◆ EXERCISE INSTRUCTIONS ◆
Set down, please, without alteration, the lines of the entries below from the first through the one containing "#46=LINE('',#45,#19);".

◆ DATA UNDER STUDY ◆
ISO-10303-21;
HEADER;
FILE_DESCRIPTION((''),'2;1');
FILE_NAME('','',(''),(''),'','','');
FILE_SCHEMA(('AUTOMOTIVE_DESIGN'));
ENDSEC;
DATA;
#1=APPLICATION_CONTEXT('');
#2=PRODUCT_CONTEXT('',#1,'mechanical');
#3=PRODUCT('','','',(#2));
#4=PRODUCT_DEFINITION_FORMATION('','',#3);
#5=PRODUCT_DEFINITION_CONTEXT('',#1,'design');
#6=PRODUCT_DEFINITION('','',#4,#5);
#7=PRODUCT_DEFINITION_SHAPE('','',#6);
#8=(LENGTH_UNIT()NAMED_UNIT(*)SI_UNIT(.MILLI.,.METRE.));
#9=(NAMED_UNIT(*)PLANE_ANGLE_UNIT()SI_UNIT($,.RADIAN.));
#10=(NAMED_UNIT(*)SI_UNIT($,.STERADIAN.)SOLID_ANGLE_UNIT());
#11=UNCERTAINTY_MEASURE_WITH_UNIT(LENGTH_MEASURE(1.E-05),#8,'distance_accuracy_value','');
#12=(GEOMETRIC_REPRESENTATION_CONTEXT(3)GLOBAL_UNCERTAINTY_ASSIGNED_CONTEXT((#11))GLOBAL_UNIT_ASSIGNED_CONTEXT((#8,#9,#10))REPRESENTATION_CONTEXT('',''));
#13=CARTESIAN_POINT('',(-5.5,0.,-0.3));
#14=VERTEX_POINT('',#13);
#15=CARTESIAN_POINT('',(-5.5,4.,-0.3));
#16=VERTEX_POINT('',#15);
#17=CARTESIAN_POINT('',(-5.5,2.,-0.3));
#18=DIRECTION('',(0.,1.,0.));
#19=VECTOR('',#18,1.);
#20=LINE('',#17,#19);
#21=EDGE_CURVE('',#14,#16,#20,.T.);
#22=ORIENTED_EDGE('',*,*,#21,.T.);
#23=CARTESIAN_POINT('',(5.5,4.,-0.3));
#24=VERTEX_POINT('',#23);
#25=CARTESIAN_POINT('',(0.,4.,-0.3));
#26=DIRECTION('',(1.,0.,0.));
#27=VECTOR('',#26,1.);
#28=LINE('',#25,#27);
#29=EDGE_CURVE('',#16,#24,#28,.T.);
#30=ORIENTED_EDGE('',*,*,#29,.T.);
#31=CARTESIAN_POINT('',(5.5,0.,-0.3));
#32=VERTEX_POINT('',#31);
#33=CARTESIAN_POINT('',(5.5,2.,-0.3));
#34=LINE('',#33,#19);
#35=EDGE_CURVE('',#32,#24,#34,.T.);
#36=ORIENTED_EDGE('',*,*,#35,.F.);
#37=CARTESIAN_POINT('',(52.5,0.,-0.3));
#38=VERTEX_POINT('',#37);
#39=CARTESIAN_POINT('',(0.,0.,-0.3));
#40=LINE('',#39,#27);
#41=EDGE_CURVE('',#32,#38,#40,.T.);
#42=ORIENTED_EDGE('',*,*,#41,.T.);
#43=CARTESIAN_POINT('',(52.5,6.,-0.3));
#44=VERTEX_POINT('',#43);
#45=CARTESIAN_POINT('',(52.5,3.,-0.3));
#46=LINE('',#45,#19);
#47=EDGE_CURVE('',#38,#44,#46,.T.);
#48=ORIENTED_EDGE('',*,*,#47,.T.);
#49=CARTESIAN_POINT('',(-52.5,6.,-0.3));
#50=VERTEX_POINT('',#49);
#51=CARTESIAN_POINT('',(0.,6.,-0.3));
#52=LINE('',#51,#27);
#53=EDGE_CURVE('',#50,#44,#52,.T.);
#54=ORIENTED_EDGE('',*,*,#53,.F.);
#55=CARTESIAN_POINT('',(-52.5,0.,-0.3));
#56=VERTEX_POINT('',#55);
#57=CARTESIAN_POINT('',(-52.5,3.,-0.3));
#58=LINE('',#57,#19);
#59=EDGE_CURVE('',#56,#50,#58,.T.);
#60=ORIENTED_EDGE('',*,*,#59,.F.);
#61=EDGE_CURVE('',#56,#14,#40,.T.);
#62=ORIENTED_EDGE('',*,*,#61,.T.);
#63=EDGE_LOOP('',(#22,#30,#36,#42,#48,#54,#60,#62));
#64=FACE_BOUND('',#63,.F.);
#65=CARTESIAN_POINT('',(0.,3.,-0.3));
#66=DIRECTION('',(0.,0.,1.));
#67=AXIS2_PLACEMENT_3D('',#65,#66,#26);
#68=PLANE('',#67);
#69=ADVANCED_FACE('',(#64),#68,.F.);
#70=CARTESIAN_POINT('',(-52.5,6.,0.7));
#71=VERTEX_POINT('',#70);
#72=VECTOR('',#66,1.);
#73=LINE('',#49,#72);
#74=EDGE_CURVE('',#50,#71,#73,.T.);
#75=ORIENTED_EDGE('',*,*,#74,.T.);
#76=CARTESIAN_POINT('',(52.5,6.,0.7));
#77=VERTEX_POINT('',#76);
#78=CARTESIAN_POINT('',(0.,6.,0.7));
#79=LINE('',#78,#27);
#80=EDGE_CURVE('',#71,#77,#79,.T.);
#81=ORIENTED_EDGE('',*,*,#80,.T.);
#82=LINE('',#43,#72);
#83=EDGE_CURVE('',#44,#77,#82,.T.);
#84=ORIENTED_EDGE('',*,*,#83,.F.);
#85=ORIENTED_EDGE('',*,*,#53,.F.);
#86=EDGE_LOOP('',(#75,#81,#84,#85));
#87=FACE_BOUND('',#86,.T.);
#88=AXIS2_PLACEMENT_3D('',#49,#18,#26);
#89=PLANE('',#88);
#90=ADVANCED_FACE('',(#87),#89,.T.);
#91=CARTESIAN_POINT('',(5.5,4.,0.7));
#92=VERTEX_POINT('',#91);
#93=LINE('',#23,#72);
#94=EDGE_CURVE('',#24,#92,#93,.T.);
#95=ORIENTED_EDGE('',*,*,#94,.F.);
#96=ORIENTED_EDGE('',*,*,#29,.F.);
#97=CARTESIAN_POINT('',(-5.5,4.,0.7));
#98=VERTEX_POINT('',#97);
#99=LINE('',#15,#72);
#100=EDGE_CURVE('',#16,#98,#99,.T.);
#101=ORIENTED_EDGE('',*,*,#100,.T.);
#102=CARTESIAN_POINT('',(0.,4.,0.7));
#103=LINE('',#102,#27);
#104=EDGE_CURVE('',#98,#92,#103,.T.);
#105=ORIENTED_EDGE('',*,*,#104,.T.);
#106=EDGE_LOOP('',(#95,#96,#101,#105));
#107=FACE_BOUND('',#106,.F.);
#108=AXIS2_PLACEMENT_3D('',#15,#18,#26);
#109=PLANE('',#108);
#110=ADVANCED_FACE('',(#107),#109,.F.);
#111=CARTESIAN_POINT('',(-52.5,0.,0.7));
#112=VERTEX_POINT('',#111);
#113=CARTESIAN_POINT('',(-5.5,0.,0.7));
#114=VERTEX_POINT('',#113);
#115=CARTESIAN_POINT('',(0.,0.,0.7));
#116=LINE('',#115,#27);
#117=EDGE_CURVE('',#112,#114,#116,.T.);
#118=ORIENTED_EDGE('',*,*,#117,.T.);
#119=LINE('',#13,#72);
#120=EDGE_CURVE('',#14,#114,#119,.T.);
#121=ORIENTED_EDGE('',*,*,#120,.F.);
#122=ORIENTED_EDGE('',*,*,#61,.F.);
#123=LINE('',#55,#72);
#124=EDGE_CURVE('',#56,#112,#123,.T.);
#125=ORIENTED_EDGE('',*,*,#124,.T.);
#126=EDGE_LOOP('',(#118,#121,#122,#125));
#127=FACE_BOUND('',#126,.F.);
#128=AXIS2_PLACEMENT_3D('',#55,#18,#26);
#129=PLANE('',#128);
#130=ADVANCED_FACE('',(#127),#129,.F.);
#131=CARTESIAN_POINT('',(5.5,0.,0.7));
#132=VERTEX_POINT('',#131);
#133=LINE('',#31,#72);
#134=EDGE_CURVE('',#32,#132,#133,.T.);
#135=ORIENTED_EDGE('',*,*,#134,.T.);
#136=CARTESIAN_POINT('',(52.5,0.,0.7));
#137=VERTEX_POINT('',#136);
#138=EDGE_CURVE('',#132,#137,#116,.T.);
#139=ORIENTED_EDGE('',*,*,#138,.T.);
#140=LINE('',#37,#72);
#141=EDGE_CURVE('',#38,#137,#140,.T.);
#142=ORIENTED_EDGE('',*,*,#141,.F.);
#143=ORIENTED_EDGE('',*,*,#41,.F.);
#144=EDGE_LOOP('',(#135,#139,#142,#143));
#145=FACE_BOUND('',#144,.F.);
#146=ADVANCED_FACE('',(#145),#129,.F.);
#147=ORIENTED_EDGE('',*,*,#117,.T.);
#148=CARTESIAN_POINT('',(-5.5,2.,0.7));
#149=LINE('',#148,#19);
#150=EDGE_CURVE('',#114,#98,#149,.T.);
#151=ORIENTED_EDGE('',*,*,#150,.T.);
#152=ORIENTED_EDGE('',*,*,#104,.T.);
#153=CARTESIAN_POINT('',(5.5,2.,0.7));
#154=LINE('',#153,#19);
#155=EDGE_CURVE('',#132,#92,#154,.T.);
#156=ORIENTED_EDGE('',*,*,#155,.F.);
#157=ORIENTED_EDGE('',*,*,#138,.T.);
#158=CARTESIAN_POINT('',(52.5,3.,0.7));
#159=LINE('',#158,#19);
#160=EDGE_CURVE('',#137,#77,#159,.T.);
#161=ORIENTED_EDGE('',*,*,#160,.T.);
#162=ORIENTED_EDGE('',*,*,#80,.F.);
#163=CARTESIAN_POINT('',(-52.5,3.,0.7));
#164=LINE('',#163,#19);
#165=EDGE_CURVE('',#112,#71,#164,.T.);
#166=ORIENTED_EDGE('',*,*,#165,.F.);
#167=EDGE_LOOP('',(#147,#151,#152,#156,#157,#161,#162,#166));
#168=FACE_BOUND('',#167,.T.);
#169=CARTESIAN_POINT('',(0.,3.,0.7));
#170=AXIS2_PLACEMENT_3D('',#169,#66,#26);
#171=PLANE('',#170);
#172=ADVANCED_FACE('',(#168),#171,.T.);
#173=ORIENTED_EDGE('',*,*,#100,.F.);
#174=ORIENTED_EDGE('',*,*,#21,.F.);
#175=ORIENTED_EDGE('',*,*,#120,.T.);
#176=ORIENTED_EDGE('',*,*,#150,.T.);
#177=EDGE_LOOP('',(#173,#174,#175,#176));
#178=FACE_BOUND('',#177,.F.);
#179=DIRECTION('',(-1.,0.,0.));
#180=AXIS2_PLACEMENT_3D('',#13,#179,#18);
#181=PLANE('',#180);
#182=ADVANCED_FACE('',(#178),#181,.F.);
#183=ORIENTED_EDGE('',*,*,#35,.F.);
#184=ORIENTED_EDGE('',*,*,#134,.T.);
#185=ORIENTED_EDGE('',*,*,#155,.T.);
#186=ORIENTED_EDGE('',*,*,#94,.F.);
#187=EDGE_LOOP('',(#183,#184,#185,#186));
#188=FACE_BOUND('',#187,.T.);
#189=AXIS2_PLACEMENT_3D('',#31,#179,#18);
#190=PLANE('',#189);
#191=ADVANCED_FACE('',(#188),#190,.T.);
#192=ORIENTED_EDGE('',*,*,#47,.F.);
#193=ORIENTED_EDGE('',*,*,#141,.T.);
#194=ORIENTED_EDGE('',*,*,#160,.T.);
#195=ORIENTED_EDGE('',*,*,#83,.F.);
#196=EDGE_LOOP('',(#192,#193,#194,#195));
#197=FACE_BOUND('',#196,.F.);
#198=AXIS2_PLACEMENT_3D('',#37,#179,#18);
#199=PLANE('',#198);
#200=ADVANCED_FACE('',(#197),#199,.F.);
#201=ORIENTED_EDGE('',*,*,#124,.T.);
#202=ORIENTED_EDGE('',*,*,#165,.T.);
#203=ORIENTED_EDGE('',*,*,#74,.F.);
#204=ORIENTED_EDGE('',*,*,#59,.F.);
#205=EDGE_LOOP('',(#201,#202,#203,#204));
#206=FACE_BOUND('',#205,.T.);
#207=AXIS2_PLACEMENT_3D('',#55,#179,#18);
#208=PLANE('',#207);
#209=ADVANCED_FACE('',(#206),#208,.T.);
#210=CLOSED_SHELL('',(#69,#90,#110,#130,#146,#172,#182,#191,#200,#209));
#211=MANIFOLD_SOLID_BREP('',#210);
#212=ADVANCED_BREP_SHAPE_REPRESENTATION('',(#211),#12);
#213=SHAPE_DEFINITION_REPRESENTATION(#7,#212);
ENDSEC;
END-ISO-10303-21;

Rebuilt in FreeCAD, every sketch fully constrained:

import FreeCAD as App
import Part
import Sketcher

V = App.Vector
Q = App.Units.Quantity


def add_polygon(sketch, points):
    """Adds a closed chain of lines whose ends are joined by coincident constraints."""
    first, n = sketch.GeometryCount, len(points)
    for a, b in zip(points, points[1:] + points[:1]):
        sketch.addGeometry(Part.LineSegment(App.Vector(*a, 0), App.Vector(*b, 0)), False)
    for i in range(n):
        sketch.addConstraint(Sketcher.Constraint("Coincident", first + i, 2, first + (i + 1) % n, 1))

doc = App.newDocument("Part")
body = doc.addObject("PartDesign::Body", "Body")

sketch1 = body.newObject("Sketcher::SketchObject", "Sketch")
sketch1.AttachmentSupport = (doc.getObject("XY_Plane"), [""])
sketch1.MapMode = "FlatFace"
sketch1.AttachmentOffset = App.Placement(V(0, 0, -0.3), App.Rotation())
add_polygon(sketch1, [(-5.5, 4), (-5.5, 0), (5.5, 0), (5.5, 4)])
sketch1.addConstraint(Sketcher.Constraint("Vertical", 0))
sketch1.addConstraint(Sketcher.Constraint("Horizontal", 1))
sketch1.addConstraint(Sketcher.Constraint("Vertical", 2))
sketch1.addConstraint(Sketcher.Constraint("Horizontal", 3))
sketch1.addConstraint(Sketcher.Constraint("Symmetric", 0, 2, 1, 2, -1, 1))
sketch1.addConstraint(Sketcher.Constraint("DistanceX", 1, 1, 1, 2, Q("11 mm")))
sketch1.addConstraint(Sketcher.Constraint("DistanceY", 0, 2, 0, 1, Q("4 mm")))
pad1 = body.newObject("PartDesign::Pad", "Pad")
pad1.Profile = sketch1
pad1.Length = 1
body2 = doc.addObject("PartDesign::Body", "Body001")

sketch2 = body2.newObject("Sketcher::SketchObject", "Sketch001")
sketch2.AttachmentSupport = (doc.getObject("XY_Plane001"), [""])
sketch2.MapMode = "FlatFace"
sketch2.AttachmentOffset = App.Placement(V(0, 0, -0.3), App.Rotation())
add_polygon(sketch2, [(-52.5, 6), (-52.5, 0), (52.5, 0), (52.5, 6)])
sketch2.addConstraint(Sketcher.Constraint("Vertical", 0))
sketch2.addConstraint(Sketcher.Constraint("Horizontal", 1))
sketch2.addConstraint(Sketcher.Constraint("Vertical", 2))
sketch2.addConstraint(Sketcher.Constraint("Horizontal", 3))
sketch2.addConstraint(Sketcher.Constraint("Symmetric", 0, 2, 1, 2, -1, 1))
sketch2.addConstraint(Sketcher.Constraint("DistanceX", 1, 1, 1, 2, Q("105 mm")))
sketch2.addConstraint(Sketcher.Constraint("DistanceY", 0, 2, 0, 1, Q("6 mm")))
pad2 = body2.newObject("PartDesign::Pad", "Pad001")
pad2.Profile = sketch2
pad2.Length = 1
doc.recompute()

boolean = body2.newObject("PartDesign::Boolean", "Boolean")
boolean.Type = "Cut"
boolean.addObjects([body])

doc.recompute()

◆ OUTPUT ◆
ISO-10303-21;
HEADER;
FILE_DESCRIPTION((''),'2;1');
FILE_NAME('','',(''),(''),'','','');
FILE_SCHEMA(('AUTOMOTIVE_DESIGN'));
ENDSEC;
DATA;
#1=APPLICATION_CONTEXT('');
#2=PRODUCT_CONTEXT('',#1,'mechanical');
#3=PRODUCT('','','',(#2));
#4=PRODUCT_DEFINITION_FORMATION('','',#3);
#5=PRODUCT_DEFINITION_CONTEXT('',#1,'design');
#6=PRODUCT_DEFINITION('','',#4,#5);
#7=PRODUCT_DEFINITION_SHAPE('','',#6);
#8=(LENGTH_UNIT()NAMED_UNIT(*)SI_UNIT(.MILLI.,.METRE.));
#9=(NAMED_UNIT(*)PLANE_ANGLE_UNIT()SI_UNIT($,.RADIAN.));
#10=(NAMED_UNIT(*)SI_UNIT($,.STERADIAN.)SOLID_ANGLE_UNIT());
#11=UNCERTAINTY_MEASURE_WITH_UNIT(LENGTH_MEASURE(1.E-05),#8,'distance_accuracy_value','');
#12=(GEOMETRIC_REPRESENTATION_CONTEXT(3)GLOBAL_UNCERTAINTY_ASSIGNED_CONTEXT((#11))GLOBAL_UNIT_ASSIGNED_CONTEXT((#8,#9,#10))REPRESENTATION_CONTEXT('',''));
#13=CARTESIAN_POINT('',(-5.5,0.,-0.3));
#14=VERTEX_POINT('',#13);
#15=CARTESIAN_POINT('',(-5.5,4.,-0.3));
#16=VERTEX_POINT('',#15);
#17=CARTESIAN_POINT('',(-5.5,2.,-0.3));
#18=DIRECTION('',(0.,1.,0.));
#19=VECTOR('',#18,1.);
#20=LINE('',#17,#19);
#21=EDGE_CURVE('',#14,#16,#20,.T.);
#22=ORIENTED_EDGE('',*,*,#21,.T.);
#23=CARTESIAN_POINT('',(5.5,4.,-0.3));
#24=VERTEX_POINT('',#23);
#25=CARTESIAN_POINT('',(0.,4.,-0.3));
#26=DIRECTION('',(1.,0.,0.));
#27=VECTOR('',#26,1.);
#28=LINE('',#25,#27);
#29=EDGE_CURVE('',#16,#24,#28,.T.);
#30=ORIENTED_EDGE('',*,*,#29,.T.);
#31=CARTESIAN_POINT('',(5.5,0.,-0.3));
#32=VERTEX_POINT('',#31);
#33=CARTESIAN_POINT('',(5.5,2.,-0.3));
#34=LINE('',#33,#19);
#35=EDGE_CURVE('',#32,#24,#34,.T.);
#36=ORIENTED_EDGE('',*,*,#35,.F.);
#37=CARTESIAN_POINT('',(52.5,0.,-0.3));
#38=VERTEX_POINT('',#37);
#39=CARTESIAN_POINT('',(0.,0.,-0.3));
#40=LINE('',#39,#27);
#41=EDGE_CURVE('',#32,#38,#40,.T.);
#42=ORIENTED_EDGE('',*,*,#41,.T.);
#43=CARTESIAN_POINT('',(52.5,6.,-0.3));
#44=VERTEX_POINT('',#43);
#45=CARTESIAN_POINT('',(52.5,3.,-0.3));
#46=LINE('',#45,#19);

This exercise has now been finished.